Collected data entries
★ ★ ★ ★ ★ ★ ★

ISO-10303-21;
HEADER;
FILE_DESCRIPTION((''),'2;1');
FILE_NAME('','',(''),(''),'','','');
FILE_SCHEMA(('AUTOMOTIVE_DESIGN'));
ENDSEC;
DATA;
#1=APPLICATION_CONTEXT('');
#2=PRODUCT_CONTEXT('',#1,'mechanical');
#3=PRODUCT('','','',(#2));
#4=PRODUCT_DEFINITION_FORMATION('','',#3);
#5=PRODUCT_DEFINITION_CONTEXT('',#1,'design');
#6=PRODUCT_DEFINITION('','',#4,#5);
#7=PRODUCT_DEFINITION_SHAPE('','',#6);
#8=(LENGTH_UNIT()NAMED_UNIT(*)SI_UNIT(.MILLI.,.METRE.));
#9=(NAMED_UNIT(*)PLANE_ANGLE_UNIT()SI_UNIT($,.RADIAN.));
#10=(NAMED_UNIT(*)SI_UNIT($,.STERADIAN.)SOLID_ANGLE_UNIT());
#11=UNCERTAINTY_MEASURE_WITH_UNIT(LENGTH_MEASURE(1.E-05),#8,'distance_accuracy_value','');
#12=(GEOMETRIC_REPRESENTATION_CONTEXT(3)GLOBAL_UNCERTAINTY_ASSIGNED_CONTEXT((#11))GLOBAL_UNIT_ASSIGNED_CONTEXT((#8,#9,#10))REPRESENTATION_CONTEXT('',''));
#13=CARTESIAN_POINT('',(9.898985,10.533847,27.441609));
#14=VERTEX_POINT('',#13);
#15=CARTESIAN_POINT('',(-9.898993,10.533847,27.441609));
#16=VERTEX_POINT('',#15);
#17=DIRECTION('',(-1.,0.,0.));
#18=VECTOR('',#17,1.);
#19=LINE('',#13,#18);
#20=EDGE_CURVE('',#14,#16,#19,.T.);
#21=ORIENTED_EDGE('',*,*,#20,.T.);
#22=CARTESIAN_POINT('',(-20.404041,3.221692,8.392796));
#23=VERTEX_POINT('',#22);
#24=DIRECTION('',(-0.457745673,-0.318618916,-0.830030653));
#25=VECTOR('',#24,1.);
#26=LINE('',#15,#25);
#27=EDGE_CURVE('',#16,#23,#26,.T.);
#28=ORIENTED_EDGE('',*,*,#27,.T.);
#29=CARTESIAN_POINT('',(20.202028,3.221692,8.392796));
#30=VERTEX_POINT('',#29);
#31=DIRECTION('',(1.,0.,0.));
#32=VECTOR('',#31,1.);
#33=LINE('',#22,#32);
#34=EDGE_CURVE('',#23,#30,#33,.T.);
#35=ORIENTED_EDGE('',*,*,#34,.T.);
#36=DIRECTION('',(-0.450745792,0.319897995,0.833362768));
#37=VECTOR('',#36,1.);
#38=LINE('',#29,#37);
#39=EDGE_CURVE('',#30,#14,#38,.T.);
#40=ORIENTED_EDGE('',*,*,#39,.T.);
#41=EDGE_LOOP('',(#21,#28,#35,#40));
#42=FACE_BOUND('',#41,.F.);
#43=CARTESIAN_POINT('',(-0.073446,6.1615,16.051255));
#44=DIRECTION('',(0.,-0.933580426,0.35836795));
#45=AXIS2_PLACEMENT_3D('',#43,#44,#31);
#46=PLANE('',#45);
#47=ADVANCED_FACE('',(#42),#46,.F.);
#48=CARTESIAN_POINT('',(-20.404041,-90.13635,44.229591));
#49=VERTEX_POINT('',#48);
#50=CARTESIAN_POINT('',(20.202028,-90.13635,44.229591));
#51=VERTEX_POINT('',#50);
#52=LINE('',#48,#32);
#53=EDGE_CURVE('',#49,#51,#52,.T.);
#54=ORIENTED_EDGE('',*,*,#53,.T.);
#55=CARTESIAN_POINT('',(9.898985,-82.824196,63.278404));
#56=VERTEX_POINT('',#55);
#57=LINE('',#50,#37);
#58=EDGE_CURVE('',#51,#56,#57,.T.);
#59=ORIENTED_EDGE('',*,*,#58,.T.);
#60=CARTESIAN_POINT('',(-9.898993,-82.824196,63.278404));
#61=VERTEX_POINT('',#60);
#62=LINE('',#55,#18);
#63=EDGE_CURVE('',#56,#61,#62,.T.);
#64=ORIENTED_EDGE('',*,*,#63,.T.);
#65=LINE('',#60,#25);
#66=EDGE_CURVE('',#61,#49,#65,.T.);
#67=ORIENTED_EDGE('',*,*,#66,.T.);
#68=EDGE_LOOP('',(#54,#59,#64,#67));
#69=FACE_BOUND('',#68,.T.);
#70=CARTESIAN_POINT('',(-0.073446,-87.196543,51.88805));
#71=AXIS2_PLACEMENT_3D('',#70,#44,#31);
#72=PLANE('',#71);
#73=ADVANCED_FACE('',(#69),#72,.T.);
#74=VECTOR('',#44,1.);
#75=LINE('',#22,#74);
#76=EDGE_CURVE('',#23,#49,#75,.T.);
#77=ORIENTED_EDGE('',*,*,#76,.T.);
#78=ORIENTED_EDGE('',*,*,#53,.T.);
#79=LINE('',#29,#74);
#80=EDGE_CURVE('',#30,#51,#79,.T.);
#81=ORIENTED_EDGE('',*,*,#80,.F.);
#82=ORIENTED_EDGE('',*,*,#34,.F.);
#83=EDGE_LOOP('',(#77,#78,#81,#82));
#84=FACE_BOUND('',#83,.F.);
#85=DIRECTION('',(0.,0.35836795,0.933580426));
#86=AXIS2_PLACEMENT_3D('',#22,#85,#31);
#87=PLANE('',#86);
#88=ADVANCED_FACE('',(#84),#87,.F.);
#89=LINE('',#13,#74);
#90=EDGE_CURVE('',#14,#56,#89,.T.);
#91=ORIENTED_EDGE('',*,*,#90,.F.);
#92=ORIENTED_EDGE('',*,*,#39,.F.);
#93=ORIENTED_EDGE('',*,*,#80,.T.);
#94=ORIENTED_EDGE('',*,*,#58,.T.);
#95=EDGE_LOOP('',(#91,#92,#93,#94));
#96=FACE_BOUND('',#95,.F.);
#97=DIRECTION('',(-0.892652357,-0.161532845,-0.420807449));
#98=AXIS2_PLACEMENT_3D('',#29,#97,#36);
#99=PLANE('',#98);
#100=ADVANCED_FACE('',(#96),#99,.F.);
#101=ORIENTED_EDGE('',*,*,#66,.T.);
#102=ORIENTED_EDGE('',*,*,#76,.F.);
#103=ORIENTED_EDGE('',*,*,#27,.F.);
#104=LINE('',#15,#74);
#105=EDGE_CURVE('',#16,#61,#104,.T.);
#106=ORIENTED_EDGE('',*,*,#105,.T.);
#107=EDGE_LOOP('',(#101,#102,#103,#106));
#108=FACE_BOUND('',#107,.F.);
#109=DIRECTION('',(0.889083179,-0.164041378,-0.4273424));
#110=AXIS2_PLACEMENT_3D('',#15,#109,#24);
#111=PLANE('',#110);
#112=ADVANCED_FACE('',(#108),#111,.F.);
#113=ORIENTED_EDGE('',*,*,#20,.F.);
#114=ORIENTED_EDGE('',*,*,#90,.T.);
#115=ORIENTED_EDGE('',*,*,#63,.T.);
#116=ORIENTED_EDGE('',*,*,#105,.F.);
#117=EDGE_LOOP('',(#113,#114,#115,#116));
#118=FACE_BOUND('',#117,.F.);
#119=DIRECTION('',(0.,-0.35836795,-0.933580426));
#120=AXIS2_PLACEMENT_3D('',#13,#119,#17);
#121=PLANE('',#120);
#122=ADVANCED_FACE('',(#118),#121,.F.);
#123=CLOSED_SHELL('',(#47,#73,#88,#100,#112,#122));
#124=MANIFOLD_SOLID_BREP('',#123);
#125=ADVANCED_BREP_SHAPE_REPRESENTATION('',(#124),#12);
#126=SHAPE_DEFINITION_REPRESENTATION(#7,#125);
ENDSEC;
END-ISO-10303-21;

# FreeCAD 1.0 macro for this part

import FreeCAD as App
import Part
import Sketcher

V = App.Vector
Q = App.Units.Quantity

doc = App.newDocument("Part")
body = doc.addObject("PartDesign::Body", "Body")

# Sketch on XY plane
sketch1 = doc.addObject("Sketcher::SketchObject", "Sketch")
body.addObject(sketch1)
sketch1.AttachmentSupport = (doc.XY_Plane, [""])
sketch1.MapMode = "FlatFace"
sketch1.addGeometry([
    Part.LineSegment(V(-9.898993, 29.393942, 0), V(-20.404041, 8.989901, 0)),
    Part.LineSegment(V(-20.404041, 8.989901, 0), V(20.202028, 8.989901, 0)),
    Part.LineSegment(V(20.202028, 8.989901, 0), V(9.898985, 29.393942, 0)),
    Part.LineSegment(V(9.898985, 29.393942, 0), V(-9.898993, 29.393942, 0)),
], False)
sketch1.addConstraint([
    Sketcher.Constraint("Coincident", 0, 2, 1, 1),
    Sketcher.Constraint("Coincident", 1, 2, 2, 1),
    Sketcher.Constraint("Coincident", 2, 2, 3, 1),
    Sketcher.Constraint("Coincident", 3, 2, 0, 1),
    Sketcher.Constraint("Horizontal", 1),
    Sketcher.Constraint("Horizontal", 3),
    Sketcher.Constraint("DistanceX", 1, 1, 1, 2, Q("40.606069 mm")),
    Sketcher.Constraint("DistanceX", 3, 2, 3, 1, Q("19.797978 mm")),
    Sketcher.Constraint("DistanceY", -1, 1, 0, 2, Q("8.989901 mm")),
    Sketcher.Constraint("Distance", 0, Q("22.94953 mm")),
    Sketcher.Constraint("Distance", 2, Q("22.857769 mm")),
    Sketcher.Constraint("DistanceX", 0, 2, -1, 1, Q("20.404041 mm")),
])
pad1 = doc.addObject("PartDesign::Pad", "Pad")
body.addObject(pad1)
pad1.Profile = sketch1
pad1.Length = 100
body2 = doc.addObject("PartDesign::Body", "Body001")
doc.recompute()

body.Placement = App.Placement(V(0, 0, 0), App.Rotation(V(1, 0, 0), 69))
boolean = doc.addObject("PartDesign::Boolean", "Boolean")
body2.addObject(boolean)
boolean.Type = "Fuse"
boolean.addObjects([body])

doc.recompute()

★ ★ ★ ★ ★ ★ ★

## Work required
In the entries above, the lines from the one bearing "#123=CLOSED_SHELL('',(#47,#73,#88,#100,#112,#122));" up to and including the one bearing "# FreeCAD 1.0 macro for this part" should be transcribed exactly; no other line is wanted.

## Task answer
#123=CLOSED_SHELL('',(#47,#73,#88,#100,#112,#122));
#124=MANIFOLD_SOLID_BREP('',#123);
#125=ADVANCED_BREP_SHAPE_REPRESENTATION('',(#124),#12);
#126=SHAPE_DEFINITION_REPRESENTATION(#7,#125);
ENDSEC;
END-ISO-10303-21;

# FreeCAD 1.0 macro for this part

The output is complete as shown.